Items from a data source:

--- START ---

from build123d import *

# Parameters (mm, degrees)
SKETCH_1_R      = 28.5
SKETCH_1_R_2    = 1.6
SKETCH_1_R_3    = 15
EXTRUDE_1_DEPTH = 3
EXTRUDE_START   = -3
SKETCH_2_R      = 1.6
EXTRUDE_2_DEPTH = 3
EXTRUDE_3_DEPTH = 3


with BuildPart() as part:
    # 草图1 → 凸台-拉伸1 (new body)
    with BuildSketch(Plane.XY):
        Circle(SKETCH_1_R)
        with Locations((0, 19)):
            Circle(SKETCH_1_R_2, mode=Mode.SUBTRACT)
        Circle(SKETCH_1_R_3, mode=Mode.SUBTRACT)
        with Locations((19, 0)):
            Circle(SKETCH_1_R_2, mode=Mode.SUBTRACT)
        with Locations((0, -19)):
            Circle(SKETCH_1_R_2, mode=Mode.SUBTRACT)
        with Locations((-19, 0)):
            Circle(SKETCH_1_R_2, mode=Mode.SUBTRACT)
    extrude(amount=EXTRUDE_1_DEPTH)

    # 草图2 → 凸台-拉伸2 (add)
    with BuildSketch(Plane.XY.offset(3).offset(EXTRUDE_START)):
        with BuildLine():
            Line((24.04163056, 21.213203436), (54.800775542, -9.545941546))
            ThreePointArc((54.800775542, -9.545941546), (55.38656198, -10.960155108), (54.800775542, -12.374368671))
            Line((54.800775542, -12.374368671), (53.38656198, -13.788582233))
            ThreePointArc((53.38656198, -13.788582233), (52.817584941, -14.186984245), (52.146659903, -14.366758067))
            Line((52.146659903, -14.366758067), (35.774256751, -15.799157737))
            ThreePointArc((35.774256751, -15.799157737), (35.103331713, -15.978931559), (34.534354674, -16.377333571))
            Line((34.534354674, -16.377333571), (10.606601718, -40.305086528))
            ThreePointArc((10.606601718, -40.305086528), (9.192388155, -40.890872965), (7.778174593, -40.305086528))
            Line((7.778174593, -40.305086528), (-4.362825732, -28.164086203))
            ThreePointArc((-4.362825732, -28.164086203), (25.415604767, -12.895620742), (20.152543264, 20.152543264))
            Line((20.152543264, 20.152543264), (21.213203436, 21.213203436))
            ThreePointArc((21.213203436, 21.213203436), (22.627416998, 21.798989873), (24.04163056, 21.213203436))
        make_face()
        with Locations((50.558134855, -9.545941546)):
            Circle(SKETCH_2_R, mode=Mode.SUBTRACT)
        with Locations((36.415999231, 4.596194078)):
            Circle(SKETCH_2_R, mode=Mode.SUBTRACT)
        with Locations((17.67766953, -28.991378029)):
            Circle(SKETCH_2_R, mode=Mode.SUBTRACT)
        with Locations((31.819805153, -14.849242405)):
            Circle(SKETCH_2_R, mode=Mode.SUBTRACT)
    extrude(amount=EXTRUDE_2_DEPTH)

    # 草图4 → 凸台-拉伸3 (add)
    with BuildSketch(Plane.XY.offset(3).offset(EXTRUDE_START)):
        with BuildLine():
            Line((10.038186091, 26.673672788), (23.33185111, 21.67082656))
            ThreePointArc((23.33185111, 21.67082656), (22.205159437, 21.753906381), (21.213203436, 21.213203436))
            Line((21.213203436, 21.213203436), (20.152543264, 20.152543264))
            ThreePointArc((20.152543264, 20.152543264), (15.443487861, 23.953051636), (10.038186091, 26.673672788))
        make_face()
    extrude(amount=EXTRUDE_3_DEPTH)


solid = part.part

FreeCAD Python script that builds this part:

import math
import FreeCAD as App
import Part
import Sketcher
Q = App.Units.Quantity

doc = App.newDocument("Part")
params = doc.addObject("Spreadsheet::Sheet", "Params")
for row, (alias, value) in enumerate([
    ("sketch1_diameter", "57 mm"),
    ("sketch1_diameter2", "30 mm"),
    ("sketch1_diameter3", "3.2 mm"),
    ("pad1_length", "3 mm"),
    ("sketch2_radius", "2 mm"),
    ("sketch2_diameter", "3.2 mm"),
    ("sketch2_radius2", "28.5 mm"),
    ("sketch2_length", "43.5 mm"),
    ("sketch2_length2", "1.5 mm"),
    ("pad2_length", "3 mm"),
    ("sketch3_radius", "2 mm"),
    ("sketch3_radius2", "28.5 mm"),
    ("sketch3_length", "1.5 mm"),
    ("pad3_length", "3 mm"),
], start=1):
    params.set(f"A{row}", alias)
    params.set(f"B{row}", "=" + value)
    params.setAlias(f"B{row}", alias)

body = doc.addObject("PartDesign::Body", "Body")

sketch1 = body.newObject("Sketcher::SketchObject", "Sketch")
sketch1.AttachmentSupport = (doc.getObject("XY_Plane"), [""])
sketch1.MapMode = "FlatFace"
sketch1.addGeometry([
    Part.Circle(App.Vector(0, 0, 0), App.Vector(0, 0, 1), 28.5),
    Part.Circle(App.Vector(0, -19, 0), App.Vector(0, 0, 1), 1.6),
    Part.Circle(App.Vector(-19, 0, 0), App.Vector(0, 0, 1), 1.6),
    Part.Circle(App.Vector(0, 0, 0), App.Vector(0, 0, 1), 15),
    Part.Circle(App.Vector(19, 0, 0), App.Vector(0, 0, 1), 1.6),
    Part.Circle(App.Vector(0, 19, 0), App.Vector(0, 0, 1), 1.6),
], False)
sketch1.addConstraint([
    Sketcher.Constraint("Coincident", 0, 3, -1, 1),
    Sketcher.Constraint("Coincident", 3, 3, -1, 1),
    Sketcher.Constraint("Equal", 1, 2),
    Sketcher.Constraint("Equal", 2, 4),
    Sketcher.Constraint("Equal", 4, 5),
    Sketcher.Constraint("Symmetric", 2, 3, 4, 3, -1, 1),
    Sketcher.Constraint("Symmetric", 1, 3, 5, 3, -1, 1),
    Sketcher.Constraint("PointOnObject", 1, 3, -2),
    Sketcher.Constraint("PointOnObject", 2, 3, -1),
    Sketcher.Constraint("Diameter", 0, 57.0),
    Sketcher.Constraint("Diameter", 3, 30.0),
    Sketcher.Constraint("Diameter", 1, 3.2),
    Sketcher.Constraint("DistanceY", 1, 3, -1, 1, 19.0),
    Sketcher.Constraint("DistanceX", 2, 3, -1, 1, 19.0),
])
sketch1.setExpression("Constraints[9]", "Params.sketch1_diameter")
sketch1.setExpression("Constraints[10]", "Params.sketch1_diameter2")
sketch1.setExpression("Constraints[11]", "Params.sketch1_diameter3")
pad1 = body.newObject("PartDesign::Pad", "Pad")
pad1.Profile = sketch1
pad1.setExpression("Length", "Params.pad1_length")

sketch2 = body.newObject("Sketcher::SketchObject", "Sketch001")
sketch2.AttachmentSupport = (doc.getObject("XY_Plane"), [""])
sketch2.MapMode = "FlatFace"
sketch2.addGeometry([
    Part.LineSegment(App.Vector(54.8, -9.5, 0), App.Vector(24, 21.2, 0)),
    Part.ArcOfCircle(Part.Circle(App.Vector(22.6, 19.8, 0), App.Vector(0, 0, 1), 2), math.radians(45), math.radians(135)),
    Part.LineSegment(App.Vector(21.2, 21.2, 0), App.Vector(20.2, 20.2, 0)),
    Part.ArcOfCircle(Part.Circle(App.Vector(0, 0, 0), App.Vector(0, 0, 1), 28.5), math.radians(-99), math.radians(45)),
    Part.LineSegment(App.Vector(-4.4, -28.2, 0), App.Vector(7.8, -40.3, 0)),
    Part.ArcOfCircle(Part.Circle(App.Vector(9.2, -38.9, 0), App.Vector(0, 0, 1), 2), math.radians(-135), math.radians(-45)),
    Part.LineSegment(App.Vector(10.6, -40.3, 0), App.Vector(34.5, -16.4, 0)),
    Part.ArcOfCircle(Part.Circle(App.Vector(35.9, -17.8, 0), App.Vector(0, 0, 1), 2), math.radians(95), math.radians(135)),
    Part.LineSegment(App.Vector(35.8, -15.8, 0), App.Vector(52.1, -14.4, 0)),
    Part.ArcOfCircle(Part.Circle(App.Vector(52, -12.4, 0), App.Vector(0, 0, 1), 2), math.radians(-85), math.radians(-45)),
    Part.LineSegment(App.Vector(53.4, -13.8, 0), App.Vector(54.8, -12.4, 0)),
    Part.ArcOfCircle(Part.Circle(App.Vector(53.4, -11, 0), App.Vector(0, 0, 1), 2), math.radians(-45), math.radians(45)),
    Part.Circle(App.Vector(17.7, -29, 0), App.Vector(0, 0, 1), 1.6),
    Part.Circle(App.Vector(31.8, -14.8, 0), App.Vector(0, 0, 1), 1.6),
    Part.Circle(App.Vector(50.6, -9.5, 0), App.Vector(0, 0, 1), 1.6),
    Part.Circle(App.Vector(36.4, 4.6, 0), App.Vector(0, 0, 1), 1.6),
], False)
sketch2.addConstraint([
    Sketcher.Constraint("Tangent", 0, 2, 1, 1),
    Sketcher.Constraint("Tangent", 1, 2, 2, 1),
    Sketcher.Constraint("Coincident", 2, 2, 3, 2),
    Sketcher.Constraint("Coincident", 3, 1, 4, 1),
    Sketcher.Constraint("Tangent", 4, 2, 5, 1),
    Sketcher.Constraint("Tangent", 5, 2, 6, 1),
    Sketcher.Constraint("Tangent", 6, 2, 7, 2),
    Sketcher.Constraint("Tangent", 7, 1, 8, 1),
    Sketcher.Constraint("Tangent", 8, 2, 9, 1),
    Sketcher.Constraint("Tangent", 9, 2, 10, 1),
    Sketcher.Constraint("Tangent", 10, 2, 11, 1),
    Sketcher.Constraint("Tangent", 11, 2, 0, 1),
    Sketcher.Constraint("Coincident", 3, 3, -1, 1),
    Sketcher.Constraint("Equal", 1, 5),
    Sketcher.Constraint("Equal", 5, 7),
    Sketcher.Constraint("Equal", 7, 9),
    Sketcher.Constraint("Equal", 9, 11),
    Sketcher.Constraint("Equal", 12, 13),
    Sketcher.Constraint("Equal", 13, 14),
    Sketcher.Constraint("Equal", 14, 15),
    Sketcher.Constraint("Perpendicular", 0, 2),
    Sketcher.Constraint("Perpendicular", 2, 4),
    Sketcher.Constraint("Perpendicular", 4, 6),
    Sketcher.Constraint("Parallel", 6, 10),
    Sketcher.Constraint("Horizontal", 0, 2, 1, 2),
    Sketcher.Constraint("Horizontal", 9, 3, 10, 2),
    Sketcher.Constraint("Horizontal", 14, 3, 11, 2),
    Sketcher.Constraint("Radius", 1, 2.0),
    Sketcher.Constraint("Diameter", 12, 3.2),
    Sketcher.Constraint("Radius", 3, 28.5),
    Sketcher.Constraint("Angle", 8, Q("5 deg")),
    Sketcher.Constraint("Distance", 0, 43.5),
    Sketcher.Constraint("Distance", 2, 1.5),
    Sketcher.Constraint("DistanceX", -1, 1, 15, 3, 36.415999),
    Sketcher.Constraint("DistanceX", 3, 1, 4, 2, 12.141),
    Sketcher.Constraint("DistanceX", -1, 1, 5, 2, 10.606602),
    Sketcher.Constraint("DistanceX", 12, 3, 7, 3, 18.270899),
    Sketcher.Constraint("DistanceY", 13, 3, 14, 3, 5.303301),
    Sketcher.Constraint("DistanceX", 1, 2, 13, 3, 10.606602),
    Sketcher.Constraint("DistanceY", 7, 1, 8, 2, 1.4324),
    Sketcher.Constraint("DistanceY", 12, 3, -1, 1, 28.991378),
    Sketcher.Constraint("DistanceX", 13, 3, 14, 3, 18.73833),
    Sketcher.Constraint("DistanceY", 7, 3, 15, 3, 22.387741),
])
sketch2.setExpression("Constraints[27]", "Params.sketch2_radius")
sketch2.setExpression("Constraints[28]", "Params.sketch2_diameter")
sketch2.setExpression("Constraints[29]", "Params.sketch2_radius2")
sketch2.setExpression("Constraints[31]", "Params.sketch2_length")
sketch2.setExpression("Constraints[32]", "Params.sketch2_length2")
pad2 = body.newObject("PartDesign::Pad", "Pad001")
pad2.Profile = sketch2
pad2.setExpression("Length", "Params.pad2_length")

sketch3 = body.newObject("Sketcher::SketchObject", "Sketch002")
sketch3.AttachmentSupport = (doc.getObject("XY_Plane"), [""])
sketch3.MapMode = "FlatFace"
sketch3.addGeometry([
    Part.LineSegment(App.Vector(23.3, 21.7, 0), App.Vector(10, 26.7, 0)),
    Part.ArcOfCircle(Part.Circle(App.Vector(0, 0, 0), App.Vector(0, 0, 1), 28.5), math.radians(45), math.radians(69)),
    Part.LineSegment(App.Vector(20.2, 20.2, 0), App.Vector(21.2, 21.2, 0)),
    Part.ArcOfCircle(Part.Circle(App.Vector(22.6, 19.8, 0), App.Vector(0, 0, 1), 2), math.radians(69), math.radians(135)),
], False)
sketch3.addConstraint([
    Sketcher.Constraint("Tangent", 0, 2, 1, 2),
    Sketcher.Constraint("Coincident", 1, 1, 2, 1),
    Sketcher.Constraint("Tangent", 2, 2, 3, 2),
    Sketcher.Constraint("Tangent", 3, 1, 0, 1),
    Sketcher.Constraint("Coincident", 1, 3, -1, 1),
    Sketcher.Constraint("Radius", 3, 2.0),
    Sketcher.Constraint("Radius", 1, 28.5),
    Sketcher.Constraint("Angle", 2, Q("45 deg")),
    Sketcher.Constraint("Distance", 2, 1.5),
    Sketcher.Constraint("DistanceY", -1, 1, 3, 3, 19.79899),
])
sketch3.setExpression("Constraints[5]", "Params.sketch3_radius")
sketch3.setExpression("Constraints[6]", "Params.sketch3_radius2")
sketch3.setExpression("Constraints[8]", "Params.sketch3_length")
pad3 = body.newObject("PartDesign::Pad", "Pad002")
pad3.Profile = sketch3
pad3.setExpression("Length", "Params.pad3_length")

doc.recompute()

--- END ---

Look above for the line with "solid = part.part" and the line with "FreeCAD Python script"; transcribe both and all lines in between, exactly, and nothing else.

▶ [Solved exercise]
solid = part.part

FreeCAD Python script that builds this part:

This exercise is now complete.